Tanz und Schauspiel unter einem Dach vereint, sich gegenseitig befruchtend – das war vor vier Jahren der Traum von der neuen Schaubühne. Und nun streiten sich Thomas Ostermeier und Sasha Waltz nur noch um die knappen Mittel. Organisatorische Unabhängigkeit innerhalb des Hauses – das erscheint Waltz und Sandig derzeit als einziger Ausweg aus dem Dilemma. Ihnen schwebt ein ähnliches Kooperationsmodell vor wie beim Wuppertaler Tanztheater. Jochen Sandig macht eine einfache Rechnung auf. Mit den zahlreichen Gastspielen und 130 Aufführungen pro Spielzeit spielt der Tanz prozentual mehr ein, als er aus dem Schaubühnen-Etat bekommt.

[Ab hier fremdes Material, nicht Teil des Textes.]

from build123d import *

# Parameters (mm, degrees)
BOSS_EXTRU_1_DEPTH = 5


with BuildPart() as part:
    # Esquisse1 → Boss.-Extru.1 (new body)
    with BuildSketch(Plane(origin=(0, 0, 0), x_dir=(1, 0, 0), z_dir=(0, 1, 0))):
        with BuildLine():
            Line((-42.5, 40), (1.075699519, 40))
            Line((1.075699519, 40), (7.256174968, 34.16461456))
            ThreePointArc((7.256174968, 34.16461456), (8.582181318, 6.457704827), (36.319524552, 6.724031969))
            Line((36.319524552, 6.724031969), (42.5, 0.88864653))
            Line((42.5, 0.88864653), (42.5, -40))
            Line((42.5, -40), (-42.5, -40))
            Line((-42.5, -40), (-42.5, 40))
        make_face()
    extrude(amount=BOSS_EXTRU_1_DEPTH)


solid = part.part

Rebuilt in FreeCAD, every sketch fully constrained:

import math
import FreeCAD as App
import Part
import Sketcher

V = App.Vector

doc = App.newDocument("Part")
body = doc.addObject("PartDesign::Body", "Body")

sketch1 = body.newObject("Sketcher::SketchObject", "Sketch")
sketch1.AttachmentSupport = (doc.getObject("XZ_Plane"), [""])
sketch1.MapMode = "FlatFace"
sketch1.addGeometry(Part.LineSegment(V(1.0757, -40, 0), V(-42.5, -40, 0)), False)
sketch1.addGeometry(Part.LineSegment(V(-42.5, -40, 0), V(-42.5, 40, 0)), False)
sketch1.addGeometry(Part.LineSegment(V(-42.5, 40, 0), V(42.5, 40, 0)), False)
sketch1.addGeometry(Part.LineSegment(V(42.5, 40, 0), V(42.5, -0.888647, 0)), False)
sketch1.addGeometry(Part.LineSegment(V(42.5, -0.888647, 0), V(36.319525, -6.724032, 0)), False)
sketch1.addGeometry(Part.ArcOfCircle(Part.Circle(V(22.3125, -21, 0), V(0, 0, 1), 20), math.radians(45.54481), math.radians(221.165077)), False)
sketch1.addGeometry(Part.LineSegment(V(7.256175, -34.164615, 0), V(1.0757, -40, 0)), False)
sketch1.addConstraint(Sketcher.Constraint("Coincident", 0, 2, 1, 1))
sketch1.addConstraint(Sketcher.Constraint("Coincident", 1, 2, 2, 1))
sketch1.addConstraint(Sketcher.Constraint("Coincident", 2, 2, 3, 1))
sketch1.addConstraint(Sketcher.Constraint("Coincident", 3, 2, 4, 1))
sketch1.addConstraint(Sketcher.Constraint("Coincident", 4, 2, 5, 1))
sketch1.addConstraint(Sketcher.Constraint("Coincident", 5, 2, 6, 1))
sketch1.addConstraint(Sketcher.Constraint("Coincident", 6, 2, 0, 1))
sketch1.addConstraint(Sketcher.Constraint("Horizontal", 0))
sketch1.addConstraint(Sketcher.Constraint("Vertical", 1))
sketch1.addConstraint(Sketcher.Constraint("Horizontal", 2))
sketch1.addConstraint(Sketcher.Constraint("Vertical", 3))
sketch1.addConstraint(Sketcher.Constraint("Symmetric", 0, 2, 2, 2, -1, 1))
sketch1.addConstraint(Sketcher.Constraint("Parallel", 4, 6))
sketch1.addConstraint(Sketcher.Constraint("Equal", 4, 6))
sketch1.addConstraint(Sketcher.Constraint("Radius", 5, 20.0))
sketch1.addConstraint(Sketcher.Constraint("DistanceX", 2, 1, 2, 2, 85.0))
sketch1.addConstraint(Sketcher.Constraint("DistanceY", 1, 1, 1, 2, 80.0))
sketch1.addConstraint(Sketcher.Constraint("DistanceY", 5, 3, -1, 1, 21.0))
sketch1.addConstraint(Sketcher.Constraint("Distance", 4, 8.5))
sketch1.addConstraint(Sketcher.Constraint("DistanceX", 0, 2, 0, 1, 43.5757))
sketch1.addConstraint(Sketcher.Constraint("DistanceX", -1, 1, 5, 3, 22.3125))
pad1 = body.newObject("PartDesign::Pad", "Pad")
pad1.Profile = sketch1
pad1.Length = 5
pad1.Reversed = True

doc.recompute()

Solche Zahlenspiele sind allerdings innerhalb der Direktion umstritten. Das Schauspiel bestreitet die Schlechterstellung des Tanzes. Künftig will Sasha Waltz über die Einnahmen aus den Gastspielen selbst verfügen. Das Geld braucht sie dringend, um die Company von derzeit 12 auf 22 Tänzer aufzustocken. Doch dazu bedarf es noch zusätzlicher Mittel. Woher die kommen sollen, weiß niemand.

„Wir sind am Limit angelangt“, lautet das deutliche Signal. Bei dem von Alice Ströver (Bündnis 90/Grüne) veranstalteten Berliner Kultursalon zum Thema „Tanz und Ballett am Wendepunkt“ sagte Sasha Waltz am Donnerstag: „Wir können so nicht mehr weitermachen. Ich bin nicht länger bereit, auf Kosten meiner Tänzer zu arbeiten."

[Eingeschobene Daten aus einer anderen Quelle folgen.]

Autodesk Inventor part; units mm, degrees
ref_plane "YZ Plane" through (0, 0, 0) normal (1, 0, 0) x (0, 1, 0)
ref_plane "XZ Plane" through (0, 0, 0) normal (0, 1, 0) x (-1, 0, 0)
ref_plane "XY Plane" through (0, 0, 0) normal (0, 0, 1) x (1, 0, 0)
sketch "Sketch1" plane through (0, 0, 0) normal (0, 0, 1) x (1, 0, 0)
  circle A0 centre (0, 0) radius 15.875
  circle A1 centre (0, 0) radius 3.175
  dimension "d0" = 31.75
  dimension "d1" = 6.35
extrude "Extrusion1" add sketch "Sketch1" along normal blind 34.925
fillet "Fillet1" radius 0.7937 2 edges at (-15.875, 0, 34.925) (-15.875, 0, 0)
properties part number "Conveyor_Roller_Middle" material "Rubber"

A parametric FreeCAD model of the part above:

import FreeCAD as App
import Part
import Sketcher
Q = App.Units.Quantity


def edges_at(feature, points):
    """Names of the edges that pass closest to the given points."""
    edges = feature.Shape.Edges
    near = lambda p: min(range(len(edges)), key=lambda i: edges[i].distToShape(Part.Vertex(*p))[0])
    return sorted({f"Edge{near(p) + 1}" for p in points})

doc = App.newDocument("Part")
body = doc.addObject("PartDesign::Body", "Body")

sketch1 = body.newObject("Sketcher::SketchObject", "Sketch")
sketch1.AttachmentSupport = (doc.getObject("XY_Plane"), [""])
sketch1.MapMode = "FlatFace"
sketch1.addGeometry([
    Part.Circle(App.Vector(0, 0, 0), App.Vector(0, 0, 1), 15.875),
    Part.Circle(App.Vector(0, 0, 0), App.Vector(0, 0, 1), 3.175),
], False)
sketch1.addConstraint([
    Sketcher.Constraint("Coincident", 0, 3, -1, 1),
    Sketcher.Constraint("Coincident", 1, 3, -1, 1),
    Sketcher.Constraint("Diameter", 0, Q("1.25 in")),
    Sketcher.Constraint("Diameter", 1, Q("0.25 in")),
])
pad1 = body.newObject("PartDesign::Pad", "Pad")
pad1.Profile = sketch1
pad1.Length = Q("1.375 in")
doc.recompute()

fillet = body.newObject("PartDesign::Fillet", "Fillet")
fillet.Base = (pad1, edges_at(pad1, [(-15.875, 0, 34.925), (-15.875, 0, 0)]))
fillet.Radius = Q("0.031248 in")

doc.recompute()
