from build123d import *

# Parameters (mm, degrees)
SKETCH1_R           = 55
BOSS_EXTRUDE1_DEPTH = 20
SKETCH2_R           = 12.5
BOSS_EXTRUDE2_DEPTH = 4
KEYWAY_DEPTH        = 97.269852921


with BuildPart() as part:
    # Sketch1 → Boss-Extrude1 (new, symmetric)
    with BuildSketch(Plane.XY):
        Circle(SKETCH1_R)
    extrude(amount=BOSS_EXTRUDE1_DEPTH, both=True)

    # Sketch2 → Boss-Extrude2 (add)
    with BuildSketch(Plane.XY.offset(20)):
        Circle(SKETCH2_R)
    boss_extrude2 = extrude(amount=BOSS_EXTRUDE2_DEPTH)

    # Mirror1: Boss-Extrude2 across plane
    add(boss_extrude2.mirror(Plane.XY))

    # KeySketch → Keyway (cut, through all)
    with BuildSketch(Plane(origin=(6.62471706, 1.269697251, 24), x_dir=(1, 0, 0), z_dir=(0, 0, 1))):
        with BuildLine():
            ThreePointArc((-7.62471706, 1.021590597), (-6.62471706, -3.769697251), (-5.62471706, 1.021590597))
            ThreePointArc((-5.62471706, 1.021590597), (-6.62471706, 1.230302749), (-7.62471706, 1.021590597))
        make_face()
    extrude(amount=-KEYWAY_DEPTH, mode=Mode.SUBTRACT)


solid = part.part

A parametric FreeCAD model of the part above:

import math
import FreeCAD as App
import Part
import Sketcher
from FreeCAD import Vector
Q = App.Units.Quantity

doc = App.newDocument("Part")
body = doc.addObject("PartDesign::Body", "Body")

# Sketch on XY plane
sketch1 = body.newObject("Sketcher::SketchObject", "Sketch")
sketch1.AttachmentSupport = (doc.getObject("XY_Plane"), [""])
sketch1.MapMode = "FlatFace"
sketch1.addGeometry(Part.Circle(Vector(0, 0, 0), Vector(0, 0, 1), 55), False)
sketch1.addConstraint([
    Sketcher.Constraint("Coincident", 0, 3, -1, 1),
    Sketcher.Constraint("Diameter", 0, Q("110 mm")),
])
pad1 = body.newObject("PartDesign::Pad", "Pad")
pad1.Profile = sketch1
pad1.Length = 40
pad1.Midplane = True

# Sketch on XY plane
sketch2 = body.newObject("Sketcher::SketchObject", "Sketch001")
sketch2.AttachmentSupport = (doc.getObject("XY_Plane"), [""])
sketch2.MapMode = "FlatFace"
sketch2.AttachmentOffset = App.Placement(Vector(0, 0, 20), App.Rotation())
sketch2.addGeometry(Part.Circle(Vector(0, 0, 0), Vector(0, 0, 1), 12.5), False)
sketch2.addConstraint([
    Sketcher.Constraint("Coincident", 0, 3, -1, 1),
    Sketcher.Constraint("Diameter", 0, Q("25 mm")),
])
pad2 = body.newObject("PartDesign::Pad", "Pad001")
pad2.Profile = sketch2
pad2.Length = 4
doc.recompute()

mirrored = body.newObject("PartDesign::Mirrored", "Mirrored")
mirrored.Originals = [pad2]
mirrored.MirrorPlane = (doc.getObject("XY_Plane"), [""])
body.Tip = mirrored

# Sketch on XY plane
sketch3 = body.newObject("Sketcher::SketchObject", "Sketch002")
sketch3.AttachmentSupport = (doc.getObject("XY_Plane"), [""])
sketch3.MapMode = "FlatFace"
sketch3.AttachmentOffset = App.Placement(Vector(0, 0, 24), App.Rotation())
sketch3.addGeometry([
    Part.ArcOfCircle(Part.Circle(Vector(0, 0, 0), Vector(0, 0, 1), 2.5), math.radians(113.578178), math.radians(426.421822)),
    Part.ArcOfCircle(Part.Circle(Vector(0, 0, 0), Vector(0, 0, 1), 2.5), math.radians(66.421822), math.radians(113.578178)),
], False)
sketch3.addConstraint([
    Sketcher.Constraint("Tangent", 0, 1, 1, 2),
    Sketcher.Constraint("Coincident", 1, 1, 0, 2),
    Sketcher.Constraint("Coincident", 0, 3, -1, 1),
    Sketcher.Constraint("Horizontal", 0, 1, 1, 1),
    Sketcher.Constraint("Radius", 0, Q("2.5 mm")),
    Sketcher.Constraint("DistanceX", 0, 1, -1, 1, Q("1 mm")),
])
pocket1 = body.newObject("PartDesign::Pocket", "Pocket")
pocket1.Profile = sketch3
pocket1.Type = "ThroughAll"

doc.recompute()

Vor zehn Jahren feierte die Choreografin mit „Twenty to Eight“, dem ersten Teil der „Travelogue“-Trilogie, den ersten überwältigenden Erfolg in Berlin. Schnell war klar: Sasha Waltz & Guests gehört die Zukunft. In diesem Jahrzehnt hat Sasha Waltz den Tanz in Berlin geprägt wie keine andere Künstlerin. Das steht nun alles auf dem Spiel.

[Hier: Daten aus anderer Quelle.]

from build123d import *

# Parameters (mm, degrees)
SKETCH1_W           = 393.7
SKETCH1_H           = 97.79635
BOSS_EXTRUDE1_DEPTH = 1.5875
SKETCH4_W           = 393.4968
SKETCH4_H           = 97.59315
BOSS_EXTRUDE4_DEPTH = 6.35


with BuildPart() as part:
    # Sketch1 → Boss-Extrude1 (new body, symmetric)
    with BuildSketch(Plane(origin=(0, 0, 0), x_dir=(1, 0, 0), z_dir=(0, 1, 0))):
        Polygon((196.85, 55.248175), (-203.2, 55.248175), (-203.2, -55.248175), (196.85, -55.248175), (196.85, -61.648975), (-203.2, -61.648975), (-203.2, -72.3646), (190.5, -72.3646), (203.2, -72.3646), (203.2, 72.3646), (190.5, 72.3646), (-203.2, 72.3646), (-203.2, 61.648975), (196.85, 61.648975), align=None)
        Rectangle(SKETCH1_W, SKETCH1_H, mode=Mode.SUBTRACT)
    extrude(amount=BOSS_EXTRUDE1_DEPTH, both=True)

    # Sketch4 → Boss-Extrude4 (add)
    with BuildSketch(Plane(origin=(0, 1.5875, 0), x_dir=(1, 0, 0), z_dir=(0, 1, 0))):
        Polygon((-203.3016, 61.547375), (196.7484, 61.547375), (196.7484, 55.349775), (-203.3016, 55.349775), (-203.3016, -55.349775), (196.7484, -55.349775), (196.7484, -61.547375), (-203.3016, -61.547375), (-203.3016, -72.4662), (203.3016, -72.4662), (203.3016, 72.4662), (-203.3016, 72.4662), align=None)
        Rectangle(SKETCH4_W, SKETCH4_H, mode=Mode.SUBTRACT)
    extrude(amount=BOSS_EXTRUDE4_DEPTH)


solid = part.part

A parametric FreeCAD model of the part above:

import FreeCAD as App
import Part
import Sketcher
Q = App.Units.Quantity


def add_polygon(sketch, points):
    """Adds a closed chain of lines whose ends are joined by coincident constraints."""
    first, n = sketch.GeometryCount, len(points)
    for a, b in zip(points, points[1:] + points[:1]):
        sketch.addGeometry(Part.LineSegment(App.Vector(*a, 0), App.Vector(*b, 0)), False)
    for i in range(n):
        sketch.addConstraint(Sketcher.Constraint("Coincident", first + i, 2, first + (i + 1) % n, 1))

doc = App.newDocument("Part")
params = doc.addObject("Spreadsheet::Sheet", "Params")
for row, (alias, value) in enumerate([
    ("sketch1_width", "16 in"),
    ("sketch1_width2", "15.5 in"),
    ("sketch1_height", "0.252 in"),
    ("sketch1_height2", "0.421875 in"),
    ("sketch1_height3", "5.698 in"),
    ("pad1_length", "0.125 in"),
    ("sketch2_width", "15.75 in"),
    ("sketch2_width2", "16.008 in"),
    ("sketch2_height", "0.244 in"),
    ("sketch2_height2", "5.706 in"),
    ("pad2_length", "0.25 in"),
], start=1):
    params.set(f"A{row}", alias)
    params.set(f"B{row}", "=" + value)
    params.setAlias(f"B{row}", alias)

body = doc.addObject("PartDesign::Body", "Body")

# Sketch on XZ plane
sketch1 = body.newObject("Sketcher::SketchObject", "Sketch")
sketch1.AttachmentSupport = (doc.getObject("XZ_Plane"), [""])
sketch1.MapMode = "FlatFace"
add_polygon(sketch1, [(197, -55), (-203, -55), (-203, 55), (197, 55), (197, 62), (-203, 62), (-203, 72), (203, 72), (203, -72), (-203, -72), (-203, -62), (197, -62)])  # lines 0-11
add_polygon(sketch1, [(197, 49), (-197, 49), (-197, -49), (197, -49)])  # lines 12-15
sketch1.addConstraint([
    Sketcher.Constraint("Horizontal", 0),
    Sketcher.Constraint("Vertical", 1),
    Sketcher.Constraint("Horizontal", 2),
    Sketcher.Constraint("Vertical", 3),
    Sketcher.Constraint("Horizontal", 4),
    Sketcher.Constraint("Vertical", 5),
    Sketcher.Constraint("Horizontal", 6),
    Sketcher.Constraint("Vertical", 7),
    Sketcher.Constraint("Horizontal", 8),
    Sketcher.Constraint("Vertical", 9),
    Sketcher.Constraint("Horizontal", 10),
    Sketcher.Constraint("Vertical", 11),
    Sketcher.Constraint("Horizontal", 12),
    Sketcher.Constraint("Vertical", 13),
    Sketcher.Constraint("Horizontal", 14),
    Sketcher.Constraint("Vertical", 15),
    Sketcher.Constraint("Symmetric", 5, 2, 7, 2, -1, 1),
    Sketcher.Constraint("Symmetric", 12, 2, 14, 2, -1, 1),
    Sketcher.Constraint("Symmetric", 4, 2, 9, 2, -1),
    Sketcher.Constraint("Symmetric", 2, 2, 11, 2, -1),
    Sketcher.Constraint("Vertical", 1, 2, 4, 2),
    Sketcher.Constraint("Vertical", 11, 2, 14, 2),
    Sketcher.Constraint("DistanceX", 6, 1, 6, 2, Q("16 in")),
    Sketcher.Constraint("DistanceX", 12, 2, 12, 1, Q("15.5 in")),
    Sketcher.Constraint("DistanceY", 3, 1, 3, 2, Q("0.252 in")),
    Sketcher.Constraint("DistanceY", 5, 1, 5, 2, Q("0.421875 in")),
    Sketcher.Constraint("DistanceY", 7, 2, 7, 1, Q("5.698 in")),
    Sketcher.Constraint("DistanceY", 12, 2, 1, 2, Q("0.25 in")),
])
sketch1.setExpression("Constraints[38]", "Params.sketch1_width")
sketch1.setExpression("Constraints[39]", "Params.sketch1_width2")
sketch1.setExpression("Constraints[40]", "Params.sketch1_height")
sketch1.setExpression("Constraints[41]", "Params.sketch1_height2")
sketch1.setExpression("Constraints[42]", "Params.sketch1_height3")
pad1 = body.newObject("PartDesign::Pad", "Pad")
pad1.Profile = sketch1
pad1.setExpression("Length", "Params.pad1_length")
pad1.Midplane = True

# Sketch on XZ plane
sketch2 = body.newObject("Sketcher::SketchObject", "Sketch001")
sketch2.AttachmentSupport = (doc.getObject("XZ_Plane"), [""])
sketch2.MapMode = "FlatFace"
sketch2.AttachmentOffset = App.Placement(App.Vector(0, 0, -0.0625 * 25.4), App.Rotation())
add_polygon(sketch2, [(-203, -62), (197, -62), (197, -55), (-203, -55), (-203, 55), (197, 55), (197, 62), (-203, 62), (-203, 72), (203, 72), (203, -72), (-203, -72)])  # lines 0-11
add_polygon(sketch2, [(197, 49), (-197, 49), (-197, -49), (197, -49)])  # lines 12-15
sketch2.addConstraint([
    Sketcher.Constraint("Horizontal", 0),
    Sketcher.Constraint("Vertical", 1),
    Sketcher.Constraint("Horizontal", 2),
    Sketcher.Constraint("Vertical", 3),
    Sketcher.Constraint("Horizontal", 4),
    Sketcher.Constraint("Vertical", 5),
    Sketcher.Constraint("Horizontal", 6),
    Sketcher.Constraint("Vertical", 7),
    Sketcher.Constraint("Horizontal", 8),
    Sketcher.Constraint("Vertical", 9),
    Sketcher.Constraint("Horizontal", 10),
    Sketcher.Constraint("Vertical", 11),
    Sketcher.Constraint("Horizontal", 12),
    Sketcher.Constraint("Vertical", 13),
    Sketcher.Constraint("Horizontal", 14),
    Sketcher.Constraint("Vertical", 15),
    Sketcher.Constraint("Symmetric", 7, 2, 9, 2, -1, 1),
    Sketcher.Constraint("Symmetric", 12, 2, 14, 2, -1, 1),
    Sketcher.Constraint("Symmetric", 1, 2, 4, 2, -1),
    Sketcher.Constraint("Symmetric", 6, 2, 11, 2, -1),
    Sketcher.Constraint("Vertical", 3, 2, 6, 2),
    Sketcher.Constraint("Vertical", 5, 2, 14, 2),
    Sketcher.Constraint("DistanceX", 0, 1, 0, 2, Q("15.75 in")),
    Sketcher.Constraint("DistanceX", 8, 1, 8, 2, Q("16.008 in")),
    Sketcher.Constraint("DistanceY", 1, 1, 1, 2, Q("0.244 in")),
    Sketcher.Constraint("DistanceY", 9, 2, 9, 1, Q("5.706 in")),
    Sketcher.Constraint("DistanceY", 12, 2, 3, 2, Q("0.258 in")),
    Sketcher.Constraint("DistanceY", 3, 1, 3, 2, Q("110.69955 mm")),
])
sketch2.setExpression("Constraints[38]", "Params.sketch2_width")
sketch2.setExpression("Constraints[39]", "Params.sketch2_width2")
sketch2.setExpression("Constraints[40]", "Params.sketch2_height")
sketch2.setExpression("Constraints[41]", "Params.sketch2_height2")
pad2 = body.newObject("PartDesign::Pad", "Pad001")
pad2.Profile = sketch2
pad2.setExpression("Length", "Params.pad2_length")
pad2.Reversed = True

doc.recompute()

In Bordeaux konnte man erleben, welche künstlerischen Energien Waltz zu mobilisieren versteht. Sie ist künstlerisch immer noch unterwegs. Ob sie ihre Expeditionen auch künftig von Berlin aus unternehmen wird, ist die entscheidende Frage. Noch laufen an der Schaubühne die Verhandlungen, aber das Risiko des Scheiterns ist groß. Und zum ersten Mal verhandeln Waltz und Sandig auch mit einem anderen Theater: mit der Oper von Marseille.

Berlin sollte alarmiert sein. Sasha Waltz zu halten, das ist nicht allein eine Schaubühnen-interne Angelegenheit, das liegt im Interesse der Hauptstadt. Zwar hat Kultursenator Thomas Flierl Schaubühnen-Direktor Jürgen Schitthelm bereits zu verstehen gegeben, dass eine Schaubühne ohne Tanz nicht vorstellbar sei. Doch dass der Tanz in Schitthelm nicht unbedingt einen Förderer gefunden, ist längst kein Geheimnis mehr. Die international gefeierte Schaubühnen-Choreografin sieht sich nun in der Position der Bittstellerin. Kein guter Ausgangspunkt für eine Einigung.

Sasha Waltz und die Schaubühne: Eine liaison dangereuse war das von Anfang an. Hoffentlich keine Mesalliance.